W. BIKEL /SCIENCE
When DeepMind competed for the first time in 2018, its algorithm, called AlphaFold, relied on this comparative strategy. But AlphaFold also includes a computational approach called in-depth learning, in which software is trained on vast arrays of data — in this case, sequences, structures, and known proteins — and learns to detect patterns. DeepMind won easily, beating the competition by an average of 15% for each structure and winning from GDT to about 60 for the toughest goals.
But the forecasts were still too rough to be useful, said John Jumper, who oversees AlphaFold’s development at DeepMind. “We knew how far we were from biological significance.” To do better, Jumper and colleagues combined deep learning with a “stress algorithm” that mimics the way one can put together a puzzle: first putting pieces together in small pieces. lumps – in this case clusters of amino acids – and then look for ways to merge the piles into a larger whole. Working on a modest 128-processor computer network, they train the algorithm of all 170,000 or so known protein structures.
And it happened. In terms of target proteins in this year’s CASP, AlphaFold achieved a mean GDT score of 92.4. For the most challenging proteins, AlphaFold scored a median of 87.25 points above the next best predictions.
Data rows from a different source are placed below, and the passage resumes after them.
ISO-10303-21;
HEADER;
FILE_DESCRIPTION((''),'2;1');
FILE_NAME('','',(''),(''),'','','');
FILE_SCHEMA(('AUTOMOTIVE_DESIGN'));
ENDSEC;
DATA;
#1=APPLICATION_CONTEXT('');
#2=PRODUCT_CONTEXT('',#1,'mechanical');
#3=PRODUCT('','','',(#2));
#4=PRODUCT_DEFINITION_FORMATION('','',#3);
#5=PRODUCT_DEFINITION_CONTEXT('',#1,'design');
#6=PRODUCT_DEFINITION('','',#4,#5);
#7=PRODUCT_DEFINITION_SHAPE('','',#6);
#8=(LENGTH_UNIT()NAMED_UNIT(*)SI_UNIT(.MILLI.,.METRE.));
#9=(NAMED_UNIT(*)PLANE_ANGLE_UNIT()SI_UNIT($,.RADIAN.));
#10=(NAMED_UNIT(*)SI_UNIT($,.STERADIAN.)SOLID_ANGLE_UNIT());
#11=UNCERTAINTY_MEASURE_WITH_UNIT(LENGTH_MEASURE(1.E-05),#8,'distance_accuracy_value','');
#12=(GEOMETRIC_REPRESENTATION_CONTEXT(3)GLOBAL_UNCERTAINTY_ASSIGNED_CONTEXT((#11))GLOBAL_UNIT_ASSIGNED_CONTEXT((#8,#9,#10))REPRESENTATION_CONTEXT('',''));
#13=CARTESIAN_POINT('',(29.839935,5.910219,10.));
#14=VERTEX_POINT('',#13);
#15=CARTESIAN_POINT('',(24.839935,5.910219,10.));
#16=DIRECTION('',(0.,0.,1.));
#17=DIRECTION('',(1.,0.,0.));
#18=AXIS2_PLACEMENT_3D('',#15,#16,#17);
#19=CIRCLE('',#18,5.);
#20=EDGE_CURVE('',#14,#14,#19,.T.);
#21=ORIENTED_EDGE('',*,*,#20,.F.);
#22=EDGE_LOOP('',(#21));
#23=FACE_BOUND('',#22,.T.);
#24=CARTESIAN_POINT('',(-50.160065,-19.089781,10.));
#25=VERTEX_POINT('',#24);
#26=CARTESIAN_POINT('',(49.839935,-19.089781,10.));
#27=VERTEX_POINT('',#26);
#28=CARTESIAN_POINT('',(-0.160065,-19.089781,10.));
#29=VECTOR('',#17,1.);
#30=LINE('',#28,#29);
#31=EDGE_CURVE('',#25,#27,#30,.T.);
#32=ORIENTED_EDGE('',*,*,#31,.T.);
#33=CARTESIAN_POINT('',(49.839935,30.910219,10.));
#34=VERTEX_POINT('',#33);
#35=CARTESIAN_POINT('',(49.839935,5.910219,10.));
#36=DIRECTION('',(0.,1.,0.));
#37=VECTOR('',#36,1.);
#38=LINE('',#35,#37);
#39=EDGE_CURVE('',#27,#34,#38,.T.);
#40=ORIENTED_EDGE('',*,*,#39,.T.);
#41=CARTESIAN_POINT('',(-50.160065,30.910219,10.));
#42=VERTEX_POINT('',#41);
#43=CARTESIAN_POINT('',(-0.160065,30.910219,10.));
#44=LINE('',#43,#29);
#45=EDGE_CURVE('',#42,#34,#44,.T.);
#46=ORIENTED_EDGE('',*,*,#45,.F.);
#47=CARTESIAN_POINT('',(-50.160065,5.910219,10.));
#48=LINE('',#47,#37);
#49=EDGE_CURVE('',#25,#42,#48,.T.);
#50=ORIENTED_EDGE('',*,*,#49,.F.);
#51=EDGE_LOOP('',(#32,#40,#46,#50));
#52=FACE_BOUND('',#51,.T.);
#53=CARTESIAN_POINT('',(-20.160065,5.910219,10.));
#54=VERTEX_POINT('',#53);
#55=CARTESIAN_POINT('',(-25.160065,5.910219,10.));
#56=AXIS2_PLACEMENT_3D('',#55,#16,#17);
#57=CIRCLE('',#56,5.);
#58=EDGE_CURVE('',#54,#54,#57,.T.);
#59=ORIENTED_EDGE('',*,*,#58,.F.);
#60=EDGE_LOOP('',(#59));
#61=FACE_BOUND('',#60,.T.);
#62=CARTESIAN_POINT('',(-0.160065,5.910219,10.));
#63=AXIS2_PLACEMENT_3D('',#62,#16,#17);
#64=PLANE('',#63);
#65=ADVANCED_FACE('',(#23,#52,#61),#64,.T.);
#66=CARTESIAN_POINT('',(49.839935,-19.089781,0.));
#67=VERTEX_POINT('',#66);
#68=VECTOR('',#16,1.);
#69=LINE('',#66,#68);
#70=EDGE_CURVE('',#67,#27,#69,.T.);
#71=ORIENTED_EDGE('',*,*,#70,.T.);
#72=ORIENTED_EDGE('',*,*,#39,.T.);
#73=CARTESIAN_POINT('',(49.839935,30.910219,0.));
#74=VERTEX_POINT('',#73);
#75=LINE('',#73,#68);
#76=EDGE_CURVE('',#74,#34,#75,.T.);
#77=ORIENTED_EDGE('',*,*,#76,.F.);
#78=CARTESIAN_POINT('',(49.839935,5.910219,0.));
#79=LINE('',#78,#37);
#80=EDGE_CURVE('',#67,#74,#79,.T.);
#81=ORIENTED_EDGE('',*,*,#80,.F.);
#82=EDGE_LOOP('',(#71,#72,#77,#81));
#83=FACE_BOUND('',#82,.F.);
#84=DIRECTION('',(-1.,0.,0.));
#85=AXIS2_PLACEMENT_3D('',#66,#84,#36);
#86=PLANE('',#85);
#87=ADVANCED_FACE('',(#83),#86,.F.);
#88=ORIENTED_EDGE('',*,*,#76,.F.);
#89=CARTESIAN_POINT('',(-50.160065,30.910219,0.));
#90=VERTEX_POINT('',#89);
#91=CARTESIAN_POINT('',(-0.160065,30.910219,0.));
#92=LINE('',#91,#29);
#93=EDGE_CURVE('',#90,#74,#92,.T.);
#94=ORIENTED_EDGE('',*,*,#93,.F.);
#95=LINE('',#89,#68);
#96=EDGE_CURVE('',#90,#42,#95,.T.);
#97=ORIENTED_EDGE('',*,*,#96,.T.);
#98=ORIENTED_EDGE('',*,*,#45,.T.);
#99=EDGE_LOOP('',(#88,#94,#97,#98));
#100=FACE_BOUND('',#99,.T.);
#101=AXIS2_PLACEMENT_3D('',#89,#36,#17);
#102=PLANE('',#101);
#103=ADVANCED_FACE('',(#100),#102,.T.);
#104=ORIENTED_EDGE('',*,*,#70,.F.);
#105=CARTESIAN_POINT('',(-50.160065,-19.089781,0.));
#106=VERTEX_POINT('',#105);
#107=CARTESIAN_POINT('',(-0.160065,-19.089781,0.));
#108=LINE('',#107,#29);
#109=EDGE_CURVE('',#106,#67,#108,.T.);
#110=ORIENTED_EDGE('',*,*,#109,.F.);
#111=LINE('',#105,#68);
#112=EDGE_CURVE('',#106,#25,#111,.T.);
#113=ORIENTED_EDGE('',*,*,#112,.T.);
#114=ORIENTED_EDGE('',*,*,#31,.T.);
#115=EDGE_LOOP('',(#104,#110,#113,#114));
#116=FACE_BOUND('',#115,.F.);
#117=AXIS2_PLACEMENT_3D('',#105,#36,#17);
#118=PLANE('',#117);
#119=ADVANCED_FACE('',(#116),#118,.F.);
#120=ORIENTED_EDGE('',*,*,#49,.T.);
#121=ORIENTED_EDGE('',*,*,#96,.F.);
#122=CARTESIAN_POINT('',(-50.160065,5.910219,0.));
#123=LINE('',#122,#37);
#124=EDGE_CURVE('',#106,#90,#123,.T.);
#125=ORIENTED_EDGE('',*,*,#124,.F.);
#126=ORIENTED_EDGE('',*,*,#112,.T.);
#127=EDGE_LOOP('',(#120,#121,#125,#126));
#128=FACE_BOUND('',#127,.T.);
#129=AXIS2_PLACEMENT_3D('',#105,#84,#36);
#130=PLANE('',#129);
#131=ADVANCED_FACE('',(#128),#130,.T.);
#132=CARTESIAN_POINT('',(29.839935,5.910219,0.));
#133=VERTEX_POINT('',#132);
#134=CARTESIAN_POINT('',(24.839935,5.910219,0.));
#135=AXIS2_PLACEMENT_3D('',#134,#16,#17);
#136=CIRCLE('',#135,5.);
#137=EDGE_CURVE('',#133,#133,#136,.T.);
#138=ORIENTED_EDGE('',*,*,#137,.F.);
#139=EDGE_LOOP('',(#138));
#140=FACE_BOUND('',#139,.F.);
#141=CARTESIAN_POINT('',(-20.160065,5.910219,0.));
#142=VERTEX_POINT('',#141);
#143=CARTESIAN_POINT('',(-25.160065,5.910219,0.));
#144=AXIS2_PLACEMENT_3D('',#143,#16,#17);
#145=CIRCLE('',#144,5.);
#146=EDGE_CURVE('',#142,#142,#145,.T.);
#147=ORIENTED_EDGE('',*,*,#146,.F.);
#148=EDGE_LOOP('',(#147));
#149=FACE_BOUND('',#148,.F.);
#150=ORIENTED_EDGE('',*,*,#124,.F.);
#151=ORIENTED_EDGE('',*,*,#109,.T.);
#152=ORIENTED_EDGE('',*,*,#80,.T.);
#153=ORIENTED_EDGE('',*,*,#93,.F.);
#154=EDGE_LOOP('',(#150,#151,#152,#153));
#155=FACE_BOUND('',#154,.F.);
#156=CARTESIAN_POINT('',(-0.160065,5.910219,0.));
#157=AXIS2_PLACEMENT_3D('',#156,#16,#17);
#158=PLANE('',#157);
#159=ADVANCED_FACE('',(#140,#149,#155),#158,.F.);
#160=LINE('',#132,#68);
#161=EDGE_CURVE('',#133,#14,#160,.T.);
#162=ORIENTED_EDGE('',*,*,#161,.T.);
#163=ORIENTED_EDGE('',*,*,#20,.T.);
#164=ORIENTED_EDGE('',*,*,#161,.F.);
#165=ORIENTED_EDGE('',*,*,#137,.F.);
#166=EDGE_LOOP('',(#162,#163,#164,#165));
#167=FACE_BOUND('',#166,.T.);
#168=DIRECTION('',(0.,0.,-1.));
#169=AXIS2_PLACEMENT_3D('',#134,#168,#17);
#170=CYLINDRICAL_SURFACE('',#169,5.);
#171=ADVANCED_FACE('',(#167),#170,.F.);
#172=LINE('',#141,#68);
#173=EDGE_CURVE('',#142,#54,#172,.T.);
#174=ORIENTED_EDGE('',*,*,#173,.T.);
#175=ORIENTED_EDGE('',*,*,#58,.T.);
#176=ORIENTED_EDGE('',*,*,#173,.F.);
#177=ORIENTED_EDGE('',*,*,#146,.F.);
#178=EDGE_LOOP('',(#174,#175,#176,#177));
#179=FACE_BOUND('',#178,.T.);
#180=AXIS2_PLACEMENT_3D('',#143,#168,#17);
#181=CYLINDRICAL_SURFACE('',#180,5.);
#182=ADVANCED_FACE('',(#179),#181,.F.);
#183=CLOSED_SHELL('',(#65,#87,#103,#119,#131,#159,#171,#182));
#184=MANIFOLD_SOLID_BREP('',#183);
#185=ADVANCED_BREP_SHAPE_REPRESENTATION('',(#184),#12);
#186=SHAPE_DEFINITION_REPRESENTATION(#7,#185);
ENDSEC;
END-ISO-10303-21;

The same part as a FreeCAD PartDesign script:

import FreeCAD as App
import Part
import Sketcher

V = App.Vector
Q = App.Units.Quantity


def add_polygon(sketch, points):
    """Adds a closed chain of lines whose ends are joined by coincident constraints."""
    first, n = sketch.GeometryCount, len(points)
    for a, b in zip(points, points[1:] + points[:1]):
        sketch.addGeometry(Part.LineSegment(App.Vector(*a, 0), App.Vector(*b, 0)), False)
    for i in range(n):
        sketch.addConstraint(Sketcher.Constraint("Coincident", first + i, 2, first + (i + 1) % n, 1))

doc = App.newDocument("Part")
params = doc.addObject("Spreadsheet::Sheet", "Params")
for row, (alias, value) in enumerate([
    ("sketch1_diameter", "10 mm"),
    ("sketch1_width", "100 mm"),
    ("sketch1_height", "50 mm"),
    ("pad1_length", "10 mm"),
], start=1):
    params.set(f"A{row}", alias)
    params.set(f"B{row}", "=" + value)
    params.setAlias(f"B{row}", alias)

body = doc.addObject("PartDesign::Body", "Body")

sketch1 = body.newObject("Sketcher::SketchObject", "Sketch")
sketch1.AttachmentSupport = (doc.getObject("XY_Plane"), [""])
sketch1.MapMode = "FlatFace"
add_polygon(sketch1, [(-50, 31), (-50, -19), (50, -19), (50, 31)])
sketch1.addGeometry(Part.Circle(V(-25, 6, 0), V(0, 0, 1), 5), False)
sketch1.addGeometry(Part.Circle(V(25, 6, 0), V(0, 0, 1), 5), False)
sketch1.addConstraint([
    Sketcher.Constraint("Vertical", 0),
    Sketcher.Constraint("Horizontal", 1),
    Sketcher.Constraint("Vertical", 2),
    Sketcher.Constraint("Horizontal", 3),
    Sketcher.Constraint("Equal", 4, 5),
    Sketcher.Constraint("Horizontal", 4, 3, 5, 3),
    Sketcher.Constraint("Diameter", 4, Q("10 mm")),
    Sketcher.Constraint("DistanceX", 1, 1, 1, 2, Q("100 mm")),
    Sketcher.Constraint("DistanceY", 0, 2, 0, 1, Q("50 mm")),
    Sketcher.Constraint("DistanceX", 4, 3, 5, 3, Q("50 mm")),
    Sketcher.Constraint("DistanceX", 0, 2, 4, 3, Q("25 mm")),
    Sketcher.Constraint("DistanceY", 0, 2, 4, 3, Q("25 mm")),
    Sketcher.Constraint("DistanceY", -1, 1, 4, 3, Q("5.910219 mm")),
    Sketcher.Constraint("DistanceX", 4, 3, -1, 1, Q("25.160065 mm")),
])
sketch1.setExpression("Constraints[10]", "Params.sketch1_diameter")
sketch1.setExpression("Constraints[11]", "Params.sketch1_width")
sketch1.setExpression("Constraints[12]", "Params.sketch1_height")
pad1 = body.newObject("PartDesign::Pad", "Pad")
pad1.Profile = sketch1
pad1.setExpression("Length", "Params.pad1_length")

doc.recompute()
It even outperforms the resolution of protein structures that are wedged into cell membranes, which are essential for many human diseases but are known to be difficult to resolve with X-ray crystallography. Venki Ramakrishnan, a structural biologist in the Molecular Biology Laboratory of the Medical Research Council, called the result “stunning progress on the problem of protein folding.”
All groups in this year’s competition have improved, says Moult. But with AlphaFold, Lupas says, “The game has changed.” Organizers even worry that DeepMind may have cheated in some way. So Lupas poses a special challenge: an archaic membrane protein, an ancient group of microbes. For 10 years, his research team tried every trick in the book to get an X-ray crystal structure of the protein. “We couldn’t solve it.”
But AlphaFold had no problems. He returned a detailed image of a three-part protein with two long spiral arms in the middle. The model enabled Lupas and his colleagues to make sense of their X-ray data; within half an hour, they had aligned their experimental results with the predicted structure of AlphaFold. “It’s almost perfect,” says Lupas. “It simply came to our notice then. I don’t know how they do it. “
As a condition of joining CASP, DeepMind – like all groups – agreed to disclose enough details about its method so that other groups could reproduce it. This will be a boon for experimenters who will be able to use accurate structural predictions to make sense of opaque X-ray and cryo-EM data. It could also enable drug designers to quickly structure each protein into new and dangerous pathogens such as SARS-CoV-2, a key step in the search for molecules to block them, Moult said.
Still, AlphaFold isn’t doing well yet. During the race, he shook noticeably on a protein, an amalgam of 52 small repeating segments that distorted their positions as they were assembled. Jumper says the team now wants to train AlphaFold to solve such structures, as well as those of protein complexes that work together to perform key functions in the cell.
Although one great challenge has fallen, there will undoubtedly be others. “That’s not the end of it,” Thornton said. This is the beginning of many new things.